Why the Greater South-East was the big Housing Infrastructure Fund winner

Last week five of the UK's elected combined authority mayors joined forces to write to the Prime Minister to complain about the proportion of the government's recent £866m Housing Infrastructure Fund (HIF) allocation that was spent in London and the South East.

Left to right: Steve Rotheram, Andy Street, mayor of Cambridgeshire and Peterborough James Palmer (not a signatory to the letter), Tim Bowles, and Andy Burnham
Left to right: Steve Rotheram, Andy Street, mayor of Cambridgeshire and Peterborough James Palmer (not a signatory to the letter), Tim Bowles, and Andy Burnham

In the letter, the metro mayors of Liverpool, Manchester, the Tees Valley, the West Midlands and the West of England said they stood ready to "deliver ambitious plans to build more homes" but were losing out due to how the formula used to calculate fund distribution worked. Andy Burnham, mayor of Greater Manchester, added that investment in transport and housing had "for too long… been skewed towards London and the South East."

On one level, certainly, the metro mayors have a case. Of the £866m allocation for the HIF’s Marginal Viability Fund, local authorities in the three south-eastern regions (as was) of London, the East and the South East got £434m, just over half of the money, despite making up a third of the regions. And some combined authorities do appear to have seriously missed out, with the West Midlands and Liverpool, for example, both seeing only one scheme funded. In total the combined authorities who signed the letter together got just £124m in funding, only just more than the £111m London received on its own.

The mayors’ intervention also follows recent revelations that up to three quarters of funds so far allocated under government agency Homes England’s £2bn infrastructure loans fund have gone to projects in London and the South East.

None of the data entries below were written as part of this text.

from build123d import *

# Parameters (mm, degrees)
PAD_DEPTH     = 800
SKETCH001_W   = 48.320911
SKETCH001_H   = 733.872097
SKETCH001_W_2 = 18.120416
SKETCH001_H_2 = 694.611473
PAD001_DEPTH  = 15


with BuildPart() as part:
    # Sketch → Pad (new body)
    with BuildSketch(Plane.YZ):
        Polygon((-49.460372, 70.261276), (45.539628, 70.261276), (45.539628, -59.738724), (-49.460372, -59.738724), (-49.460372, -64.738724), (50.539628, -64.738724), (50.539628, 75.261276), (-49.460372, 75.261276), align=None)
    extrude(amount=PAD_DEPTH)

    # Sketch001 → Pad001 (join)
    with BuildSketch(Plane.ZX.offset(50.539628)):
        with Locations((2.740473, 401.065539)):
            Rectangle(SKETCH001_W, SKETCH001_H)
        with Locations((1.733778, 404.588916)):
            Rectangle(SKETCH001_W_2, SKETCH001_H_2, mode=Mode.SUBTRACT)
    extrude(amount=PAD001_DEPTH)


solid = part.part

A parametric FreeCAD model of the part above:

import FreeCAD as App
import Part
import Sketcher
Q = App.Units.Quantity

doc = App.newDocument("Part")
body = doc.addObject("PartDesign::Body", "Body")

sketch1 = body.newObject("Sketcher::SketchObject", "Sketch")
sketch1.AttachmentSupport = (doc.getObject("YZ_Plane"), [""])
sketch1.MapMode = "FlatFace"
sketch1.addGeometry([
    Part.LineSegment(App.Vector(-49, 70, 0), App.Vector(46, 70, 0)),
    Part.LineSegment(App.Vector(46, 70, 0), App.Vector(46, -60, 0)),
    Part.LineSegment(App.Vector(46, -60, 0), App.Vector(-49, -60, 0)),
    Part.LineSegment(App.Vector(-49, -60, 0), App.Vector(-49, -65, 0)),
    Part.LineSegment(App.Vector(-49, -65, 0), App.Vector(51, -65, 0)),
    Part.LineSegment(App.Vector(51, -65, 0), App.Vector(51, 75, 0)),
    Part.LineSegment(App.Vector(51, 75, 0), App.Vector(-49, 75, 0)),
    Part.LineSegment(App.Vector(-49, 75, 0), App.Vector(-49, 70, 0)),
], False)
sketch1.addConstraint([
    Sketcher.Constraint("Coincident", 0, 2, 1, 1),
    Sketcher.Constraint("Coincident", 1, 2, 2, 1),
    Sketcher.Constraint("Coincident", 2, 2, 3, 1),
    Sketcher.Constraint("Coincident", 3, 2, 4, 1),
    Sketcher.Constraint("Coincident", 4, 2, 5, 1),
    Sketcher.Constraint("Coincident", 5, 2, 6, 1),
    Sketcher.Constraint("Coincident", 6, 2, 7, 1),
    Sketcher.Constraint("Coincident", 7, 2, 0, 1),
    Sketcher.Constraint("Horizontal", 0),
    Sketcher.Constraint("Vertical", 1),
    Sketcher.Constraint("Horizontal", 2),
    Sketcher.Constraint("Vertical", 3),
    Sketcher.Constraint("Horizontal", 4),
    Sketcher.Constraint("Vertical", 5),
    Sketcher.Constraint("Horizontal", 6),
    Sketcher.Constraint("Vertical", 7),
    Sketcher.Constraint("Vertical", 3, 2, 6, 2),
    Sketcher.Constraint("Equal", 3, 7),
    Sketcher.Constraint("DistanceX", 0, 1, 0, 2, Q("95 mm")),
    Sketcher.Constraint("DistanceX", 4, 1, 4, 2, Q("100 mm")),
    Sketcher.Constraint("DistanceY", 1, 2, 1, 1, Q("130 mm")),
    Sketcher.Constraint("DistanceY", 3, 2, 3, 1, Q("5 mm")),
    Sketcher.Constraint("DistanceX", -1, 1, 0, 2, Q("45.539628 mm")),
    Sketcher.Constraint("DistanceY", -1, 1, 0, 2, Q("70.261276 mm")),
])
pad1 = body.newObject("PartDesign::Pad", "Pad")
pad1.Profile = sketch1
pad1.Length = 800

sketch2 = body.newObject("Sketcher::SketchObject", "Sketch001")
sketch2.AttachmentSupport = (doc.getObject("XZ_Plane"), [""])
sketch2.MapMode = "FlatFace"
sketch2.AttachmentOffset = App.Placement(App.Vector(0, 0, -50.539628), App.Rotation())
sketch2.addGeometry([
    Part.LineSegment(App.Vector(768, -21, 0), App.Vector(34, -21, 0)),
    Part.LineSegment(App.Vector(34, -21, 0), App.Vector(34, 27, 0)),
    Part.LineSegment(App.Vector(34, 27, 0), App.Vector(768, 27, 0)),
    Part.LineSegment(App.Vector(768, 27, 0), App.Vector(768, -21, 0)),
    Part.LineSegment(App.Vector(57, 11, 0), App.Vector(57, -7, 0)),
    Part.LineSegment(App.Vector(57, -7, 0), App.Vector(752, -7, 0)),
    Part.LineSegment(App.Vector(752, -7, 0), App.Vector(752, 11, 0)),
    Part.LineSegment(App.Vector(752, 11, 0), App.Vector(57, 11, 0)),
], False)
sketch2.addConstraint([
    Sketcher.Constraint("Coincident", 0, 2, 1, 1),
    Sketcher.Constraint("Coincident", 1, 2, 2, 1),
    Sketcher.Constraint("Coincident", 2, 2, 3, 1),
    Sketcher.Constraint("Coincident", 3, 2, 0, 1),
    Sketcher.Constraint("Coincident", 4, 2, 5, 1),
    Sketcher.Constraint("Coincident", 5, 2, 6, 1),
    Sketcher.Constraint("Coincident", 6, 2, 7, 1),
    Sketcher.Constraint("Coincident", 7, 2, 4, 1),
    Sketcher.Constraint("Horizontal", 0),
    Sketcher.Constraint("Vertical", 1),
    Sketcher.Constraint("Horizontal", 2),
    Sketcher.Constraint("Vertical", 3),
    Sketcher.Constraint("Vertical", 4),
    Sketcher.Constraint("Horizontal", 5),
    Sketcher.Constraint("Vertical", 6),
    Sketcher.Constraint("Horizontal", 7),
    Sketcher.Constraint("DistanceY", 1, 1, 1, 2, Q("48.320911 mm")),
    Sketcher.Constraint("DistanceX", 0, 2, 0, 1, Q("733.872097 mm")),
    Sketcher.Constraint("DistanceX", 5, 1, 5, 2, Q("694.611473 mm")),
    Sketcher.Constraint("DistanceY", 4, 2, 4, 1, Q("18.120416 mm")),
    Sketcher.Constraint("DistanceX", -1, 1, 0, 2, Q("34.129491 mm")),
    Sketcher.Constraint("DistanceY", -1, 1, 1, 2, Q("26.900928 mm")),
    Sketcher.Constraint("DistanceX", -1, 1, 4, 2, Q("57.28318 mm")),
    Sketcher.Constraint("DistanceY", 4, 2, -1, 1, Q("7.32643 mm")),
])
pad2 = body.newObject("PartDesign::Pad", "Pad001")
pad2.Profile = sketch2
pad2.Length = 15
pad2.Reversed = True

doc.recompute()
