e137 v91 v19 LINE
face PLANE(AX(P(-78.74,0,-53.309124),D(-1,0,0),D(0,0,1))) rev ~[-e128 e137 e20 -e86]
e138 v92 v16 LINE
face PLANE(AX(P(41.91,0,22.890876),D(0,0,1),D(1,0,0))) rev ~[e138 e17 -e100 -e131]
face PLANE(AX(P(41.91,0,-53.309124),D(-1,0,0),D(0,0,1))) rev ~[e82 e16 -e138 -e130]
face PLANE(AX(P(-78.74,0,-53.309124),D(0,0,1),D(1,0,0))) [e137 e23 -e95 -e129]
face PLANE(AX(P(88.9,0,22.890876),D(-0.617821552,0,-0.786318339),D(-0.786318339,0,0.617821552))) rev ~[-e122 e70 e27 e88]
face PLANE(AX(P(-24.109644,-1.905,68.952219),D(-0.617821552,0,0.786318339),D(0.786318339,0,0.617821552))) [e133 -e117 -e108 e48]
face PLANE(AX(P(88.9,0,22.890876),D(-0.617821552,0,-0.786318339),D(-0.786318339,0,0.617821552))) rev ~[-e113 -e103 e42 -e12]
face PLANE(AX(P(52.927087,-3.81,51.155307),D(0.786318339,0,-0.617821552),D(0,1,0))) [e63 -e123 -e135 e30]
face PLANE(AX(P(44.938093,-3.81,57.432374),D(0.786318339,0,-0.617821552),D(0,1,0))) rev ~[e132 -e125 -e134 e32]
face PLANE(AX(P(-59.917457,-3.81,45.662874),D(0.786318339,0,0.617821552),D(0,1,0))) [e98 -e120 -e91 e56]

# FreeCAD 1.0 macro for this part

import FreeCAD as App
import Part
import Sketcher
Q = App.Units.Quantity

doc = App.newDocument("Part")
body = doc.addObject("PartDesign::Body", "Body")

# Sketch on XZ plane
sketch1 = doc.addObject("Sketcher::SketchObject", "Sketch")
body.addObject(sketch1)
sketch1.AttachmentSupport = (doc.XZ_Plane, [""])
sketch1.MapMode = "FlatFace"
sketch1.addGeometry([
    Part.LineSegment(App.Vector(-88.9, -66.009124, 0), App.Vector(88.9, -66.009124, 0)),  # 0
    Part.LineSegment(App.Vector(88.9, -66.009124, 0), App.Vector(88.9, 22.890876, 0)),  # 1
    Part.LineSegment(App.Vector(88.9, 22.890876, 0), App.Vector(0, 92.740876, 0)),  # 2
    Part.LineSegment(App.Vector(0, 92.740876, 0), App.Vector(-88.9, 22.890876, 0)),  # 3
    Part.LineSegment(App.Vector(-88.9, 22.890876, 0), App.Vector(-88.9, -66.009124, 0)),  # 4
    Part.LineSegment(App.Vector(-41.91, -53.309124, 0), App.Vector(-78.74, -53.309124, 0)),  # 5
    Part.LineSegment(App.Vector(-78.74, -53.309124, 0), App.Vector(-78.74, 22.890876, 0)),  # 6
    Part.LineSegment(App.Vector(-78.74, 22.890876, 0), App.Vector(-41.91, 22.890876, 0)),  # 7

The government chooses which schemes to back through a selection process which includes a formula designed to calculate the benefit to cost ratio (BCR) of the funding. This formula takes account of land value uplift caused by any intervention, and the upshot is that areas with higher land values give a much better BCR. An analysis by James Tindale, economics consultant at consultancy Lichfields, shows a public investment of £20m to produce 2,000 homes in London will produce a BCR that is three times that of a similar investment in Yorkshire or the West Midlands – despite the housing output being the same. He said this issue "illustrates the need to take account of a range of wider economic impacts when appraising the case for a public sector intervention."

There is some evidence the government is already starting to adjust this methodology: a "rebalancing toolkit" was last year announced to prioritise infrastructure investment in less productive parts of the UK.
Nevertheless, not everyone agrees there’s a problem. For a start, the 50 per cent share for London and the South East looks less skewed when you consider that 43 per cent of the English population live in that area.

Furthermore, the Marginal Viability Fund is only part of the HIF story – with far more money available in the Forward Fund, which hasn’t been allocated yet, and which is designed to help much larger projects. In addition, some argue that higher funding levels in the south simply reflect the higher housing need and relatively greater housebuilding challenges. Paul Swinney, head of policy and research at think tank Centre for Cities, said: "Funding should be determined by what are places’ key challenges. Housing is probably the number one economic challenge in the south east, but if you look further north housing isn’t as big an issue.

"If you argue that everywhere’s just got to get the same, it becomes an exercise in jam-spreading, and you don’t really focus on the problems we face."